====== The data ======

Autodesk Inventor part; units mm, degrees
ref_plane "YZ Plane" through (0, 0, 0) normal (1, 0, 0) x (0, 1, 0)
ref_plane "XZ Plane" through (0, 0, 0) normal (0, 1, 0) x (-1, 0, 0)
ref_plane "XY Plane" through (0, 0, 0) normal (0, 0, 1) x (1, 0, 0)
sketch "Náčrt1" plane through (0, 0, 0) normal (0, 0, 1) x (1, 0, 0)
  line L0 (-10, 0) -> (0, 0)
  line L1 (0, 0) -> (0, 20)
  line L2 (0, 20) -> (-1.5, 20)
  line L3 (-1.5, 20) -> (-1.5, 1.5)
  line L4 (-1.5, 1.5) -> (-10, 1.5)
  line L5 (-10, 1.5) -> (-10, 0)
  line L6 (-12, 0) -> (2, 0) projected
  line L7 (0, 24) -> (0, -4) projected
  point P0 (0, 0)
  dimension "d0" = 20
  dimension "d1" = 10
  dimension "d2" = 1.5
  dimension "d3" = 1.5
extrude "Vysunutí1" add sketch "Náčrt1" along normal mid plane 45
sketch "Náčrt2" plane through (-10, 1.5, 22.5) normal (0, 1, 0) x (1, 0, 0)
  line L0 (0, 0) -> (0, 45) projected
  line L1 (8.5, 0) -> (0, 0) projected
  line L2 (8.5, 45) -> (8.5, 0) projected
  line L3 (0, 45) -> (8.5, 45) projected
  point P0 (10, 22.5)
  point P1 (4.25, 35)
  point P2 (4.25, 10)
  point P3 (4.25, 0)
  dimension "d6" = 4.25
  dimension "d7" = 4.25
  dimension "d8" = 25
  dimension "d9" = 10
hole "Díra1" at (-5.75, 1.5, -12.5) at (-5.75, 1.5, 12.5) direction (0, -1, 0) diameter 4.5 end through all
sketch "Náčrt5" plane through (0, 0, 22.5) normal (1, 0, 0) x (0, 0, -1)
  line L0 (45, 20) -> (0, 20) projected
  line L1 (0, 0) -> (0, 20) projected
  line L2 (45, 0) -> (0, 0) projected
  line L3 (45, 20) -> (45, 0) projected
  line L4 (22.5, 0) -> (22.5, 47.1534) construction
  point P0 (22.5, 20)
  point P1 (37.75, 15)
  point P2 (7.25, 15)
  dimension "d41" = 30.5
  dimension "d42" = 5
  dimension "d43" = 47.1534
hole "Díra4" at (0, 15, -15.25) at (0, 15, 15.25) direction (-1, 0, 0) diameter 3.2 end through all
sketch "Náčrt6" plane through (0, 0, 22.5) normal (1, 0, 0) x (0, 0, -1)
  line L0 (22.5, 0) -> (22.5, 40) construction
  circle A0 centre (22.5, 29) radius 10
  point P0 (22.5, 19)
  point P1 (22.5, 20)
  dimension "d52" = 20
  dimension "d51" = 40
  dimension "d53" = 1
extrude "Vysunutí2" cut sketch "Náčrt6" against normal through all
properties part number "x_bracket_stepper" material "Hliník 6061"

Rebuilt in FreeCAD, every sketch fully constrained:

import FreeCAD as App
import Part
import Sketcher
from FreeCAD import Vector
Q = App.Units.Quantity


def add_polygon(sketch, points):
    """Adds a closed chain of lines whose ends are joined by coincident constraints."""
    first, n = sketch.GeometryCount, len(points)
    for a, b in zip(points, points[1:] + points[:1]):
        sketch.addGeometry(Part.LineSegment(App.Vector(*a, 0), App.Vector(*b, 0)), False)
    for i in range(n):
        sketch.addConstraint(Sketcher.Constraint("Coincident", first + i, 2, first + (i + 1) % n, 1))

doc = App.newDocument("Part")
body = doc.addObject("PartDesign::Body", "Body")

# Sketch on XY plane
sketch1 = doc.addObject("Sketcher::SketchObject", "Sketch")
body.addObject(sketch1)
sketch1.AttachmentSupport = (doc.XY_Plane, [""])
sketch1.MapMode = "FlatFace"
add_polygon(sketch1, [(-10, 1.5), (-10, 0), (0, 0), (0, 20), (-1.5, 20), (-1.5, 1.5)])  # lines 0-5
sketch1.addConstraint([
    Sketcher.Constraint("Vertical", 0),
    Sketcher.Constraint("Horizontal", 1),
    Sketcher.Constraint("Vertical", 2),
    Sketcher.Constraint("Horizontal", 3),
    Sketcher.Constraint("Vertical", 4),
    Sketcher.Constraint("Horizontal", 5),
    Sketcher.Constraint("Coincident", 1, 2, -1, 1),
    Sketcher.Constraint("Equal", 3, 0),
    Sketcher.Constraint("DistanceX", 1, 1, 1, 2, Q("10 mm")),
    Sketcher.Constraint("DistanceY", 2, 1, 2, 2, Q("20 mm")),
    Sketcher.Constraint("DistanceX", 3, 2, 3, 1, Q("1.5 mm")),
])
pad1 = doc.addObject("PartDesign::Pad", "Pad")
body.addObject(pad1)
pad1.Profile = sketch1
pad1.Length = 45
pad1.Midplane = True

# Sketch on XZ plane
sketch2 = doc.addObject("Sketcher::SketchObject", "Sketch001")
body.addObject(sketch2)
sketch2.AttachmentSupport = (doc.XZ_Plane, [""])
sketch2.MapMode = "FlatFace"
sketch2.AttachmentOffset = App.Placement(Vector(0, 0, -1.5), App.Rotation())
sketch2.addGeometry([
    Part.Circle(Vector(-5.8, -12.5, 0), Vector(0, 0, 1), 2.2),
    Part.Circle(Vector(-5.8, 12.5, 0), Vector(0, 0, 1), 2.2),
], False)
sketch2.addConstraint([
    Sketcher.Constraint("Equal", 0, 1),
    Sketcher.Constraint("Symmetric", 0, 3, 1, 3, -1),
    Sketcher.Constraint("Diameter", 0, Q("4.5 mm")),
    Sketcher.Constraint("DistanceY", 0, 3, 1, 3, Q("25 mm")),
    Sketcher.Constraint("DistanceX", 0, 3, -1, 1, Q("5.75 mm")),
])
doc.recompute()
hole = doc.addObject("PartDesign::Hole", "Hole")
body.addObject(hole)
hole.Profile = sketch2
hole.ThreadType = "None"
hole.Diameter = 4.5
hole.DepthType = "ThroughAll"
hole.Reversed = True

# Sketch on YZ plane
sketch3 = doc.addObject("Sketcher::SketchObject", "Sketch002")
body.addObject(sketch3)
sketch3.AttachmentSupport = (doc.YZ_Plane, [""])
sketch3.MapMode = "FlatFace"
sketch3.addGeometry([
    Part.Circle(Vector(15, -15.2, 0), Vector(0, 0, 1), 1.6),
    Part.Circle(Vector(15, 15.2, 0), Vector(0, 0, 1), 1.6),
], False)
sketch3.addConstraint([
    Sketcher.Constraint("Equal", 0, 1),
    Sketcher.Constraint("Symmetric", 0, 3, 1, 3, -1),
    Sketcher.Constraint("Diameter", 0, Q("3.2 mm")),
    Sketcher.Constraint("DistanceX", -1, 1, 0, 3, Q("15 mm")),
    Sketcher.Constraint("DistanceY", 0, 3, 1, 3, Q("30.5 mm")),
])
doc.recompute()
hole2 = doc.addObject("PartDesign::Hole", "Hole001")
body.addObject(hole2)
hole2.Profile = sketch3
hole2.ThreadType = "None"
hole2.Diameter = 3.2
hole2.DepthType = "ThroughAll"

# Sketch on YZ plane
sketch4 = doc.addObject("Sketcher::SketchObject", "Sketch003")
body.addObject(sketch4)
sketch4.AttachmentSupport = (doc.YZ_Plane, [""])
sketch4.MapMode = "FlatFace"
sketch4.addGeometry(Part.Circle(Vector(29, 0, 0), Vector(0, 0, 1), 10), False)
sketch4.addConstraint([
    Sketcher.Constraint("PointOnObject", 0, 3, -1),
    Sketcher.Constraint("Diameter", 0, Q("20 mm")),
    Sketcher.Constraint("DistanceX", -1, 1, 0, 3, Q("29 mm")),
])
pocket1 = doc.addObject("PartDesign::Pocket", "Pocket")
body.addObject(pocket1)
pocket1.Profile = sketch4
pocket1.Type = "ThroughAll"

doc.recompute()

======

◆ **Your assignment**
Where the listing above has a line with "point P1 (22.5, 20)", start there, and output every line exactly through the line with "Rebuilt in FreeCAD, every", which is also included.

◆ **Output for this exercise**
  point P1 (22.5, 20)
  dimension "d52" = 20
  dimension "d51" = 40
  dimension "d53" = 1
extrude "Vysunutí2" cut sketch "Náčrt6" against normal through all
properties part number "x_bracket_stepper" material "Hliník 6061"

Rebuilt in FreeCAD, every sketch fully constrained:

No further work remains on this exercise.